Zo ook in Lecce. Na een ontbijt bestaande uit een stuk(je) chocoladetaart en twee sterke espresso’s staan we om tien uur in de bakkerij van Luca Capilungo. Luca zelf is er al sinds vier uur die ochtend, druk bezig met het bereiden van zijn specialiteit: pasticciotti.
Driehonderd pasticciotti per dag
De pasticciotti zijn in Lecce en omstreken sowieso al beroemd (je bent volgens de locals niet in Lecce geweest als je geen pasticciotto hebt geproefd), maar de pasticciotti van Luca zijn nog eens een klasse apart.
Uit de wijde omtrek komen mensen speciaal naar zijn bakkerij aan de Via Bari in Lecce om deze zoete lekkernij te halen. Luca bakt dan ook gemakkelijk zo’n driehonderd pasticciotti op een dag!
Hij dirigeert ons naar een hoek van de bakkerij, die volop in bedrijf is vanwege alle taarten, gebakjes en andere lekkernijen voor het paasweekend. Ondanks zijn stoere uiterlijk – lang haar, een baardje en armen vol tattoos – is Luca ietwat verlegen. Pas als zijn handen het deeg voor de pasticciotti kneden en hij vertelt over zijn grote passie, zien we de echte Luca tevoorschijn komen.
Elke dag om vier uur in de bakkerij
Met twinkelende ogen en brede armgebaren vertelt hij over zijn liefde voor het bakkersvak, die op zijn dertiende ontstond. Sindsdien is de passie voor patisserie alleen maar gegroeid. Elke ochtend staat hij om vier uur in de dan nog lege bakkerij; elke dag trekt hij als laatste de deur achter zich dicht. Nooit verzuimt hij; hij heeft zelfs al in jaren geen vakantie meer gehad. Hij is te zeer verknocht aan zijn bakkerij en aan zijn dagelijkse dosis pasticciotti.
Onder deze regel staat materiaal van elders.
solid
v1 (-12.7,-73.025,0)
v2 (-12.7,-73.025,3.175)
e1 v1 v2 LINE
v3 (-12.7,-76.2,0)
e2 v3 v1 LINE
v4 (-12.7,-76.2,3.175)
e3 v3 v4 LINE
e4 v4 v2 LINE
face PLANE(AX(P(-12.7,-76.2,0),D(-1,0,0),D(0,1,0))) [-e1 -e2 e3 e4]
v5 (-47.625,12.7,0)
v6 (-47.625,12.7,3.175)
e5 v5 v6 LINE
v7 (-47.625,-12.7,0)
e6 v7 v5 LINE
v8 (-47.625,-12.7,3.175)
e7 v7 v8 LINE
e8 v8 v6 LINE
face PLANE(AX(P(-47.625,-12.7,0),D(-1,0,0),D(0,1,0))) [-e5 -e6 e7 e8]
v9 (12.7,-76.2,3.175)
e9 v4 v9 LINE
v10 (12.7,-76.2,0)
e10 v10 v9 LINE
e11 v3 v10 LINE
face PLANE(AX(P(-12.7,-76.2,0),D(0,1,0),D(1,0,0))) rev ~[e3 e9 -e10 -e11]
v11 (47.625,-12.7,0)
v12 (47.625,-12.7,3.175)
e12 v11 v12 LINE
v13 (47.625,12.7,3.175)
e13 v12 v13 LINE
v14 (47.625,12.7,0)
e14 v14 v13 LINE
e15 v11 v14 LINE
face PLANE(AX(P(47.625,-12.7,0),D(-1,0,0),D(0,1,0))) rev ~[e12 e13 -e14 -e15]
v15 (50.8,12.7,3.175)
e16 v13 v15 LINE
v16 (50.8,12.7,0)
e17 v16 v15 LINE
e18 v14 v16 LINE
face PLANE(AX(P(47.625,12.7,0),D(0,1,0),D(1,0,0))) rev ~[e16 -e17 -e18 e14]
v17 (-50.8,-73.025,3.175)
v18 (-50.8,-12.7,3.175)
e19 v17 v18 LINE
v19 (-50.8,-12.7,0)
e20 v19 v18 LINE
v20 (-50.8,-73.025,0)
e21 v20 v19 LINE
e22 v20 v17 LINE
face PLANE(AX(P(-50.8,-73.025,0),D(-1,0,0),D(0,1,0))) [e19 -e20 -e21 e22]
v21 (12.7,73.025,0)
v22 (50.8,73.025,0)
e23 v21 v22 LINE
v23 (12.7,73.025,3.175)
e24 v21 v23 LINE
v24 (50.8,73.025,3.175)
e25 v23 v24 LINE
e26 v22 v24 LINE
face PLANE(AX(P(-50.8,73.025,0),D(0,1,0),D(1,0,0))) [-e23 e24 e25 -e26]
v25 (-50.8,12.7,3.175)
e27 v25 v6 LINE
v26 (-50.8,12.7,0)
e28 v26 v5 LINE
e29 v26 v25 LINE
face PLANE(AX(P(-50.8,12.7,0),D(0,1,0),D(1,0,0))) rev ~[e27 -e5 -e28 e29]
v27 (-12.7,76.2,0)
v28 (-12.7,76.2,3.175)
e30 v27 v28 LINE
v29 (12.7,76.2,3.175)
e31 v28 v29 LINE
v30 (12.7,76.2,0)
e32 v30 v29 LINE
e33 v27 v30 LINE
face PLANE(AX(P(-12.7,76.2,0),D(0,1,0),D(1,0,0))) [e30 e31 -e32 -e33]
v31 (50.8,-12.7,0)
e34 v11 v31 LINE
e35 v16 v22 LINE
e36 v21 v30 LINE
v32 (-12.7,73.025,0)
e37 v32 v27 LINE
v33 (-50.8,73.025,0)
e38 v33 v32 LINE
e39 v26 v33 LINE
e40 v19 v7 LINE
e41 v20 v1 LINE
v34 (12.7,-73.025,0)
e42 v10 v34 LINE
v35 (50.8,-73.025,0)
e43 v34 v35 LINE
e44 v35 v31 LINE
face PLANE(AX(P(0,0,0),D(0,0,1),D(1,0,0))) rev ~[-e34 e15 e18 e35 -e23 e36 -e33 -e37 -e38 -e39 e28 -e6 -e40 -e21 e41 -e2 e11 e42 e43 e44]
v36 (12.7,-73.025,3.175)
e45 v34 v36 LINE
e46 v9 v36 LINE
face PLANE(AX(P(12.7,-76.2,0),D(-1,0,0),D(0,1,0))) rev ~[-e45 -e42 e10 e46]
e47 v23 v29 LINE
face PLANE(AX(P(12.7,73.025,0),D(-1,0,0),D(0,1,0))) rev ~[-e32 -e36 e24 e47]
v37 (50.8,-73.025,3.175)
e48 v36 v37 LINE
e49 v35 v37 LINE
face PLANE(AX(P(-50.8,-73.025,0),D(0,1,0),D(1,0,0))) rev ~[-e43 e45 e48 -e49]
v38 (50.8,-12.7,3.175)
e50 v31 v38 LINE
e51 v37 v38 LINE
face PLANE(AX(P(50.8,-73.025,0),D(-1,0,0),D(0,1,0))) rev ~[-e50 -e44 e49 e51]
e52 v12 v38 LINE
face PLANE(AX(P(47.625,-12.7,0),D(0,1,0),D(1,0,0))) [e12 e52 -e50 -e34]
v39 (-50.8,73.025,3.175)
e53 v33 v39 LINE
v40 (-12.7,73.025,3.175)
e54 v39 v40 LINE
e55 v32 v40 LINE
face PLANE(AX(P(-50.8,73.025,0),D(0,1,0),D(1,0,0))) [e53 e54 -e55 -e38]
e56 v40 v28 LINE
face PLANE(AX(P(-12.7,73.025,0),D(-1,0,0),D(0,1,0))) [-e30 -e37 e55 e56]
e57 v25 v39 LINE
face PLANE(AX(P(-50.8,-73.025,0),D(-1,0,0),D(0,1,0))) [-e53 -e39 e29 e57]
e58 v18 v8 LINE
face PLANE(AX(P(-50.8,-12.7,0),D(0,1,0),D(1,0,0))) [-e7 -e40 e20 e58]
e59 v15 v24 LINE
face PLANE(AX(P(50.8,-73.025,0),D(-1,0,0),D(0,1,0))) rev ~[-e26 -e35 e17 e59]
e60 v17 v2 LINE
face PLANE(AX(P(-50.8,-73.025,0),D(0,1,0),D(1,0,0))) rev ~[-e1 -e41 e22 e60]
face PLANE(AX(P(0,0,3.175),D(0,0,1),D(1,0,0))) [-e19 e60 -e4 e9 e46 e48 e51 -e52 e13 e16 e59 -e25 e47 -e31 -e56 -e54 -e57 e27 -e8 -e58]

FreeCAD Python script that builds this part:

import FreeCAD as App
import Part
import Sketcher
from FreeCAD import Vector
Q = App.Units.Quantity

doc = App.newDocument("Part")
body = doc.addObject("PartDesign::Body", "Body")

# Sketch on XY plane
sketch1 = body.newObject("Sketcher::SketchObject", "Sketch")
sketch1.AttachmentSupport = (doc.getObject("XY_Plane"), [""])
sketch1.MapMode = "FlatFace"
sketch1.addGeometry([
    Part.LineSegment(Vector(-51, 73, 0), Vector(-51, -73, 0)),
    Part.LineSegment(Vector(-51, -73, 0), Vector(51, -73, 0)),
    Part.LineSegment(Vector(51, -73, 0), Vector(51, 73, 0)),
    Part.LineSegment(Vector(51, 73, 0), Vector(-51, 73, 0)),
], False)
sketch1.addConstraint([
    Sketcher.Constraint("Coincident", 0, 2, 1, 1),
    Sketcher.Constraint("Coincident", 1, 2, 2, 1),
    Sketcher.Constraint("Coincident", 2, 2, 3, 1),
    Sketcher.Constraint("Coincident", 3, 2, 0, 1),
    Sketcher.Constraint("Vertical", 0),
    Sketcher.Constraint("Horizontal", 1),
    Sketcher.Constraint("Vertical", 2),
    Sketcher.Constraint("Horizontal", 3),
    Sketcher.Constraint("Symmetric", 0, 2, 2, 2, -1, 1),
    Sketcher.Constraint("DistanceX", 1, 1, 1, 2, Q("4 in")),
    Sketcher.Constraint("DistanceY", 0, 2, 0, 1, Q("5.75 in")),
])
pad1 = body.newObject("PartDesign::Pad", "Pad")
pad1.Profile = sketch1
pad1.Length = Q("0.125 in")

# Sketch on XY plane
sketch2 = body.newObject("Sketcher::SketchObject", "Sketch001")
sketch2.AttachmentSupport = (doc.getObject("XY_Plane"), [""])
sketch2.MapMode = "FlatFace"
sketch2.addGeometry([
    Part.LineSegment(Vector(-50.8, 12.7, 0), Vector(-50.8, -12.7, 0)),  # 0
    Part.LineSegment(Vector(-50.8, -12.7, 0), Vector(-47.6, -12.7, 0)),  # 1
    Part.LineSegment(Vector(-47.6, -12.7, 0), Vector(-47.6, 12.7, 0)),  # 2
    Part.LineSegment(Vector(-47.6, 12.7, 0), Vector(-50.8, 12.7, 0)),  # 3
    Part.LineSegment(Vector(47.6, 12.7, 0), Vector(47.6, -12.7, 0)),  # 4
    Part.LineSegment(Vector(47.6, -12.7, 0), Vector(50.8, -12.7, 0)),  # 5
    Part.LineSegment(Vector(50.8, -12.7, 0), Vector(50.8, 12.7, 0)),  # 6
    Part.LineSegment(Vector(50.8, 12.7, 0), Vector(47.6, 12.7, 0)),  # 7
], False)
sketch2.addConstraint([
    Sketcher.Constraint("Coincident", 0, 2, 1, 1),
    Sketcher.Constraint("Coincident", 1, 2, 2, 1),
    Sketcher.Constraint("Coincident", 2, 2, 3, 1),
    Sketcher.Constraint("Coincident", 3, 2, 0, 1),
    Sketcher.Constraint("Coincident", 4, 2, 5, 1),
    Sketcher.Constraint("Coincident", 5, 2, 6, 1),
    Sketcher.Constraint("Coincident", 6, 2, 7, 1),
    Sketcher.Constraint("Coincident", 7, 2, 4, 1),
    Sketcher.Constraint("Vertical", 0),
    Sketcher.Constraint("Horizontal", 1),
    Sketcher.Constraint("Vertical", 2),
    Sketcher.Constraint("Horizontal", 3),
    Sketcher.Constraint("Vertical", 4),
    Sketcher.Constraint("Horizontal", 5),
    Sketcher.Constraint("Vertical", 6),
    Sketcher.Constraint("Horizontal", 7),
    Sketcher.Constraint("Symmetric", 2, 2, 4, 2, -1, 1),
    Sketcher.Constraint("Symmetric", 0, 2, 6, 2, -1, 1),
    Sketcher.Constraint("Horizontal", 1, 2, 4, 2),
    Sketcher.Constraint("DistanceY", 0, 2, 0, 1, Q("1 in")),
    Sketcher.Constraint("DistanceX", 0, 2, -1, 1, Q("2 in")),
    Sketcher.Constraint("DistanceX", 1, 1, 1, 2, Q("0.125 in")),
])
pocket1 = body.newObject("PartDesign::Pocket", "Pocket")
pocket1.Profile = sketch2
pocket1.Length = Q("0.125 in")
pocket1.Reversed = True

# Sketch on XY plane
sketch3 = body.newObject("Sketcher::SketchObject", "Sketch002")
sketch3.AttachmentSupport = (doc.getObject("XY_Plane"), [""])
sketch3.MapMode = "FlatFace"
sketch3.addGeometry([
    Part.LineSegment(Vector(-12.7, 76.2, 0), Vector(-12.7, 73, 0)),  # 0
    Part.LineSegment(Vector(-12.7, 73, 0), Vector(12.7, 73, 0)),  # 1
    Part.LineSegment(Vector(12.7, 73, 0), Vector(12.7, 76.2, 0)),  # 2
    Part.LineSegment(Vector(12.7, 76.2, 0), Vector(-12.7, 76.2, 0)),  # 3
    Part.LineSegment(Vector(-12.7, -73, 0), Vector(-12.7, -76.2, 0)),  # 4
    Part.LineSegment(Vector(-12.7, -76.2, 0), Vector(12.7, -76.2, 0)),  # 5
    Part.LineSegment(Vector(12.7, -76.2, 0), Vector(12.7, -73, 0)),  # 6
    Part.LineSegment(Vector(12.7, -73, 0), Vector(-12.7, -73, 0)),  # 7
], False)
sketch3.addConstraint([
    Sketcher.Constraint("Coincident", 0, 2, 1, 1),
    Sketcher.Constraint("Coincident", 1, 2, 2, 1),
    Sketcher.Constraint("Coincident", 2, 2, 3, 1),
    Sketcher.Constraint("Coincident", 3, 2, 0, 1),
    Sketcher.Constraint("Coincident", 4, 2, 5, 1),
    Sketcher.Constraint("Coincident", 5, 2, 6, 1),
    Sketcher.Constraint("Coincident", 6, 2, 7, 1),
    Sketcher.Constraint("Coincident", 7, 2, 4, 1),
    Sketcher.Constraint("Vertical", 0),
    Sketcher.Constraint("Horizontal", 1),
    Sketcher.Constraint("Vertical", 2),
    Sketcher.Constraint("Horizontal", 3),
    Sketcher.Constraint("Vertical", 4),
    Sketcher.Constraint("Horizontal", 5),
    Sketcher.Constraint("Vertical", 6),
    Sketcher.Constraint("Horizontal", 7),
    Sketcher.Constraint("Symmetric", 2, 2, 4, 2, -1, 1),
    Sketcher.Constraint("Symmetric", 0, 2, 6, 2, -1, 1),
    Sketcher.Constraint("Vertical", 3, 2, 4, 2),
    Sketcher.Constraint("DistanceX", 1, 1, 1, 2, Q("1 in")),
    Sketcher.Constraint("DistanceY", -1, 1, 2, 2, Q("3 in")),
    Sketcher.Constraint("DistanceY", 0, 2, 0, 1, Q("0.125 in")),
])
pad2 = body.newObject("PartDesign::Pad", "Pad001")
pad2.Profile = sketch3
pad2.Length = Q("0.125 in")

doc.recompute()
Die vorderen inmiddels gestaag. We moeten snel zijn als we zowel zijn verhaal willen optekenen als foto’s willen maken. Het eerste laagje deeg ligt al in de roestvrijstalen vormpjes, allemaal met de hand gemaakt.
Vloeiend vullen
In één vloeiende beweging vult Luca het deeg in de vormpjes met een flinke dot banketbakkersroom met citroen, waarna hij er een tweede lap deeg overheen vouwt. Bijna teder neemt hij de vormpjes vervolgens één voor één in zijn handen, om het overtollige deeg te verwijderen.
Wat overblijft zijn kleine taartjes, die hij soepel bestrijkt met wat eigeel zodat ze straks in de oven mooi goudbruin zullen kleuren. Zijn grote handen schikken de gebakjes op een bakplaat – en ja, vooruit, dan wil hij ook zelf wel echt even poseren.
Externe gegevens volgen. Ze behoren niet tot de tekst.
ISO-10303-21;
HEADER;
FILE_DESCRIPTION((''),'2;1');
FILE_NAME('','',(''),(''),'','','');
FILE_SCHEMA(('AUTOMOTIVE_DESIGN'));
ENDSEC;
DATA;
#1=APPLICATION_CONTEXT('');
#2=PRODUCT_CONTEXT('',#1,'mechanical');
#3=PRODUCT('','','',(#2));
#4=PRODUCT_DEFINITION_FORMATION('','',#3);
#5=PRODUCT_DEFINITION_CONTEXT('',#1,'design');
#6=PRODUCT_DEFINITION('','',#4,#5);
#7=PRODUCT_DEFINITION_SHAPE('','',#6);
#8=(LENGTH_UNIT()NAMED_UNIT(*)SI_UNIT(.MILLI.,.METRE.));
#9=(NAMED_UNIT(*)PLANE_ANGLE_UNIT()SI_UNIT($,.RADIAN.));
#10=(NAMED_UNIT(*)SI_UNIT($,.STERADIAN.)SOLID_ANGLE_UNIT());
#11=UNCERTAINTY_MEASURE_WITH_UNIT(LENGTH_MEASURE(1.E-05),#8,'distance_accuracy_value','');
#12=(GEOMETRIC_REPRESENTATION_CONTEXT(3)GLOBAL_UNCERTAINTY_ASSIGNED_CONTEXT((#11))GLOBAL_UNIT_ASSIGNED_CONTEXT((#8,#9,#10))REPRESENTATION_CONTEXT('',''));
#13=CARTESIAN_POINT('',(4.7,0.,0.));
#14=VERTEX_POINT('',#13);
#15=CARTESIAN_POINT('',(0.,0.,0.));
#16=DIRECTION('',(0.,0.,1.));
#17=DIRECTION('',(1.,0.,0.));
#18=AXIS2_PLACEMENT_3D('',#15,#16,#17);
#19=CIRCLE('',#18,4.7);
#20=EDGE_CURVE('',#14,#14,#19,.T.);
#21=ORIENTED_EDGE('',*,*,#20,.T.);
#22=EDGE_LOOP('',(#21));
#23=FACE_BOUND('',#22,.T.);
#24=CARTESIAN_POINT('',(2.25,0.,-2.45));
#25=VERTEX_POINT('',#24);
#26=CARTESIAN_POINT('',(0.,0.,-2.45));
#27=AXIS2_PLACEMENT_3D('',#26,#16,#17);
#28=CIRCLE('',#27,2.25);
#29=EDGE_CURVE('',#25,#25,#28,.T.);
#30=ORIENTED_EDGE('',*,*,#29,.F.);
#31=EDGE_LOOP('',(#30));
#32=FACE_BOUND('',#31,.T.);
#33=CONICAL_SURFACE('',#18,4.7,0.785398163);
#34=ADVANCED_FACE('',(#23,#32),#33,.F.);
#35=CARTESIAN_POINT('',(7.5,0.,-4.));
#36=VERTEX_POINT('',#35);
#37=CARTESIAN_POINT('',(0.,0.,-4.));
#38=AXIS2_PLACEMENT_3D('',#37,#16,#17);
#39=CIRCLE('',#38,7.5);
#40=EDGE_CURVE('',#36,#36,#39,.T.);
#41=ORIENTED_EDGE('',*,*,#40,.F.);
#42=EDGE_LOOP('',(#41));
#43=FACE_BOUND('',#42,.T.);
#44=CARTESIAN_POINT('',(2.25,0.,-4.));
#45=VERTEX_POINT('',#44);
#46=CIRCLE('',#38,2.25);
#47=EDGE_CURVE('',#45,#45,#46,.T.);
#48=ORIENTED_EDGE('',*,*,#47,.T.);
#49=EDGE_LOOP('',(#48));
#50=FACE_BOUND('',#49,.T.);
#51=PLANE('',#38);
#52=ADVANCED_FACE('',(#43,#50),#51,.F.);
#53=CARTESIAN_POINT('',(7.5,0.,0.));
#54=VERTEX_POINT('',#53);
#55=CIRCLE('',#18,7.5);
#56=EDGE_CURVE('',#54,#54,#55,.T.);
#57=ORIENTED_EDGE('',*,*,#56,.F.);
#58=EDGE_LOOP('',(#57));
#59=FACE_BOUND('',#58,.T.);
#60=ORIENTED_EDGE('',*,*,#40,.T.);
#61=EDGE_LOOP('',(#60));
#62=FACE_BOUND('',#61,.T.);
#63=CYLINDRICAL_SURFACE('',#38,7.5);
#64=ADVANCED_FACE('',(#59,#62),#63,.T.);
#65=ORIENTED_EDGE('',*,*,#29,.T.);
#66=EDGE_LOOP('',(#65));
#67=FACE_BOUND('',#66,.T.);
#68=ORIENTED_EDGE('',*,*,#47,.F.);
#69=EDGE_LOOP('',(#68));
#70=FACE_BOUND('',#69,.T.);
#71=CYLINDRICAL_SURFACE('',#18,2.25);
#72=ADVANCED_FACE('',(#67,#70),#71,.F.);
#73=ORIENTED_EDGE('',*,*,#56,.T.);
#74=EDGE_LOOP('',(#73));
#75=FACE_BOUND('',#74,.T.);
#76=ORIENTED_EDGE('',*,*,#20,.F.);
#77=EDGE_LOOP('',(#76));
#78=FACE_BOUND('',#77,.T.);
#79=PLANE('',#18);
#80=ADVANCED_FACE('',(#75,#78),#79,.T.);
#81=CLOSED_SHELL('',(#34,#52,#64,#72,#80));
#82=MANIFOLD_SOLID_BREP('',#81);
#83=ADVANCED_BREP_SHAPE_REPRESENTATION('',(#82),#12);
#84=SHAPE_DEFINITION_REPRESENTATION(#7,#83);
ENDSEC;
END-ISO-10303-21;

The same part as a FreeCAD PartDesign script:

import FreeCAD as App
import Part
import Sketcher
from FreeCAD import Vector
Q = App.Units.Quantity

doc = App.newDocument("Part")
body = doc.addObject("PartDesign::Body", "Body")

sketch1 = body.newObject("Sketcher::SketchObject", "Sketch")
sketch1.AttachmentSupport = (doc.getObject("XY_Plane"), [""])
sketch1.MapMode = "FlatFace"
sketch1.addGeometry(Part.Circle(Vector(0, 0, 0), Vector(0, 0, 1), 8), False)
sketch1.addConstraint(Sketcher.Constraint("Coincident", 0, 3, -1, 1))
sketch1.addConstraint(Sketcher.Constraint("Diameter", 0, Q("15 mm")))
pad1 = body.newObject("PartDesign::Pad", "Pad")
pad1.Profile = sketch1
pad1.Length = 4
pad1.Reversed = True

sketch2 = body.newObject("Sketcher::SketchObject", "Sketch001")
sketch2.AttachmentSupport = (doc.getObject("YZ_Plane"), [""])
sketch2.MapMode = "FlatFace"
sketch2.addGeometry(Part.LineSegment(Vector(0, -4, 0), Vector(0, 0, 0)), False)
sketch2.addGeometry(Part.LineSegment(Vector(0, 0, 0), Vector(-4.7, 0, 0)), False)
sketch2.addGeometry(Part.LineSegment(Vector(-4.7, 0, 0), Vector(-2.2, -2.5, 0)), False)
sketch2.addGeometry(Part.LineSegment(Vector(-2.2, -2.5, 0), Vector(-2.2, -4, 0)), False)
sketch2.addGeometry(Part.LineSegment(Vector(-2.2, -4, 0), Vector(0, -4, 0)), False)
sketch2.addConstraint(Sketcher.Constraint("Coincident", 0, 2, 1, 1))
sketch2.addConstraint(Sketcher.Constraint("Coincident", 1, 2, 2, 1))
sketch2.addConstraint(Sketcher.Constraint("Coincident", 2, 2, 3, 1))
sketch2.addConstraint(Sketcher.Constraint("Coincident", 3, 2, 4, 1))
sketch2.addConstraint(Sketcher.Constraint("Coincident", 4, 2, 0, 1))
sketch2.addConstraint(Sketcher.Constraint("Vertical", 0))
sketch2.addConstraint(Sketcher.Constraint("Horizontal", 1))
sketch2.addConstraint(Sketcher.Constraint("Vertical", 3))
sketch2.addConstraint(Sketcher.Constraint("Horizontal", 4))
sketch2.addConstraint(Sketcher.Constraint("Coincident", 0, 2, -1, 1))
sketch2.addConstraint(Sketcher.Constraint("DistanceY", 0, 1, 0, 2, Q("4 mm")))
sketch2.addConstraint(Sketcher.Constraint("Angle", 2, Q("-45 deg")))
sketch2.addConstraint(Sketcher.Constraint("DistanceX", 1, 2, 1, 1, Q("4.7 mm")))
sketch2.addConstraint(Sketcher.Constraint("DistanceX", 4, 1, 4, 2, Q("2.25 mm")))
groove = body.newObject("PartDesign::Groove", "Groove")
groove.Profile = sketch2
groove.ReferenceAxis = (sketch2, ["V_Axis"])
groove.Angle = 360

doc.recompute()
Met een plaat vol pasticciotti lopen we door de bakkerij naar de oven. Luca schuift ze er meteen in, zodat we voor vertrek nog even kunnen proeven van zijn passie.
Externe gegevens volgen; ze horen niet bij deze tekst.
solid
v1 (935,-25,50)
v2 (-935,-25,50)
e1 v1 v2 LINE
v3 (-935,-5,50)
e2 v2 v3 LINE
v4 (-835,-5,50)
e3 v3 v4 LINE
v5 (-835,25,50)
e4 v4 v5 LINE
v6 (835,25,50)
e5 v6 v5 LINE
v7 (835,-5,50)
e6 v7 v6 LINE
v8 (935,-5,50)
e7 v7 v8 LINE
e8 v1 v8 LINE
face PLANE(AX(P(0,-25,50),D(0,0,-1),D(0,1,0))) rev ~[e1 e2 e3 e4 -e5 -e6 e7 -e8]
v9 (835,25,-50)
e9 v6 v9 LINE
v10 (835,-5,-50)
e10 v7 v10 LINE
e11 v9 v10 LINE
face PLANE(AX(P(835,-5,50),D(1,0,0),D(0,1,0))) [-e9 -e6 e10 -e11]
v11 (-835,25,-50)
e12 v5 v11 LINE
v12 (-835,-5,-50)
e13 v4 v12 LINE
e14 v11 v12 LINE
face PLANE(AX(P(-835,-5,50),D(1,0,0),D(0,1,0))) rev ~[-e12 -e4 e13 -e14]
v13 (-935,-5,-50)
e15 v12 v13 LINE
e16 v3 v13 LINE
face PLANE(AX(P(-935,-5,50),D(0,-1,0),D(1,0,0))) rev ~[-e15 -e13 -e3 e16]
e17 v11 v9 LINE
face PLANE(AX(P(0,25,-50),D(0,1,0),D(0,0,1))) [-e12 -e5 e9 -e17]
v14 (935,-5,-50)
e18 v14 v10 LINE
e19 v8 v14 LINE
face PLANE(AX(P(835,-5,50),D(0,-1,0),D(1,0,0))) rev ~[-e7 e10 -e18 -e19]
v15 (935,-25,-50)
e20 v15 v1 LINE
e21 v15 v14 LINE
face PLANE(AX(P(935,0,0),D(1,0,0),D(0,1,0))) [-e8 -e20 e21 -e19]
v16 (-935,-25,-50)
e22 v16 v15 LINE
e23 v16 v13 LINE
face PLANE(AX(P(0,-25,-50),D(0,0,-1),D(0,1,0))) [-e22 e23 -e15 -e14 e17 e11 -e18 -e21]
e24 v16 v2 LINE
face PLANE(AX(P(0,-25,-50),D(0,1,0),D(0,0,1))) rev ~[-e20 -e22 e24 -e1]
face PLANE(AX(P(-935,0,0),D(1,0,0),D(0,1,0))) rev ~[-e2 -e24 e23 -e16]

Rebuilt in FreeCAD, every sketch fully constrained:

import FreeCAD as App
import Part
import Sketcher

V = App.Vector

doc = App.newDocument("Part")
body = doc.addObject("PartDesign::Body", "Body")

# Sketch on YZ plane
sketch1 = body.newObject("Sketcher::SketchObject", "Sketch")
sketch1.AttachmentSupport = (doc.getObject("YZ_Plane"), [""])
sketch1.MapMode = "FlatFace"
sketch1.addGeometry([
    Part.LineSegment(V(-25, 50, 0), V(-25, -50, 0)),
    Part.LineSegment(V(-25, -50, 0), V(25, -50, 0)),
    Part.LineSegment(V(25, -50, 0), V(25, 50, 0)),
    Part.LineSegment(V(25, 50, 0), V(-25, 50, 0)),
], False)
sketch1.addConstraint([
    Sketcher.Constraint("Coincident", 0, 2, 1, 1),
    Sketcher.Constraint("Coincident", 1, 2, 2, 1),
    Sketcher.Constraint("Coincident", 2, 2, 3, 1),
    Sketcher.Constraint("Coincident", 3, 2, 0, 1),
    Sketcher.Constraint("Vertical", 0),
    Sketcher.Constraint("Horizontal", 1),
    Sketcher.Constraint("Vertical", 2),
    Sketcher.Constraint("Horizontal", 3),
    Sketcher.Constraint("Symmetric", 0, 2, 2, 2, -1, 1),
    Sketcher.Constraint("DistanceX", 1, 1, 1, 2, 50.0),
    Sketcher.Constraint("DistanceY", 0, 2, 0, 1, 100.0),
])
pad1 = body.newObject("PartDesign::Pad", "Pad")
pad1.Profile = sketch1
pad1.Length = 1870
pad1.Midplane = True

# Sketch on XY plane
sketch2 = body.newObject("Sketcher::SketchObject", "Sketch001")
sketch2.AttachmentSupport = (doc.getObject("XY_Plane"), [""])
sketch2.MapMode = "FlatFace"
sketch2.AttachmentOffset = App.Placement(V(0, 0, 50), App.Rotation())
sketch2.addGeometry([
    Part.LineSegment(V(-935, 25, 0), V(-935, -5, 0)),  # 0
    Part.LineSegment(V(-935, -5, 0), V(-835, -5, 0)),  # 1
    Part.LineSegment(V(-835, -5, 0), V(-835, 25, 0)),  # 2
    Part.LineSegment(V(-835, 25, 0), V(-935, 25, 0)),  # 3
    Part.LineSegment(V(835, 25, 0), V(835, -5, 0)),  # 4
    Part.LineSegment(V(835, -5, 0), V(935, -5, 0)),  # 5
    Part.LineSegment(V(935, -5, 0), V(935, 25, 0)),  # 6
    Part.LineSegment(V(935, 25, 0), V(835, 25, 0)),  # 7
], False)
sketch2.addConstraint([
    Sketcher.Constraint("Coincident", 0, 2, 1, 1),
    Sketcher.Constraint("Coincident", 1, 2, 2, 1),
    Sketcher.Constraint("Coincident", 2, 2, 3, 1),
    Sketcher.Constraint("Coincident", 3, 2, 0, 1),
    Sketcher.Constraint("Coincident", 4, 2, 5, 1),
    Sketcher.Constraint("Coincident", 5, 2, 6, 1),
    Sketcher.Constraint("Coincident", 6, 2, 7, 1),
    Sketcher.Constraint("Coincident", 7, 2, 4, 1),
    Sketcher.Constraint("Vertical", 0),
    Sketcher.Constraint("Horizontal", 1),
    Sketcher.Constraint("Vertical", 2),
    Sketcher.Constraint("Horizontal", 3),
    Sketcher.Constraint("Vertical", 4),
    Sketcher.Constraint("Horizontal", 5),
    Sketcher.Constraint("Vertical", 6),
    Sketcher.Constraint("Horizontal", 7),
    Sketcher.Constraint("Symmetric", 1, 2, 4, 2, -2),
    Sketcher.Constraint("Symmetric", 3, 2, 6, 2, -2),
    Sketcher.Constraint("DistanceX", 1, 1, 1, 2, 100.0),
    Sketcher.Constraint("DistanceY", 0, 2, 0, 1, 30.0),
    Sketcher.Constraint("DistanceX", 0, 2, -1, 1, 935.0),
    Sketcher.Constraint("DistanceY", 0, 2, -1, 1, 5.0),
])
pocket1 = body.newObject("PartDesign::Pocket", "Pocket")
pocket1.Profile = sketch2
pocket1.Type = "ThroughAll"

doc.recompute()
Dat smaakt naar meer, dus de hele schaal gaat schoon op. Tot groot genoegen van Luca, die ons dan ook maar het recept toevertrouwt, zodat we zijn grote trots ook thuis kunnen maken. Kijken of ze net zo mooi worden als de pasticciotti van Luca…
Wat heb je nodig?
Voor vijftien pasticciotti heb je nodig: 1 kilo bloem (00, oftewel doppio zero), 500 gram reuzel (eventueel te vervangen door boter), 500 gram suiker, 6 eieren, 5 gram bakpoeder, een halve theelepel vanille en een espressokopje water plus eidooier om de pasticciotti voor het bakken mee te bestrijken.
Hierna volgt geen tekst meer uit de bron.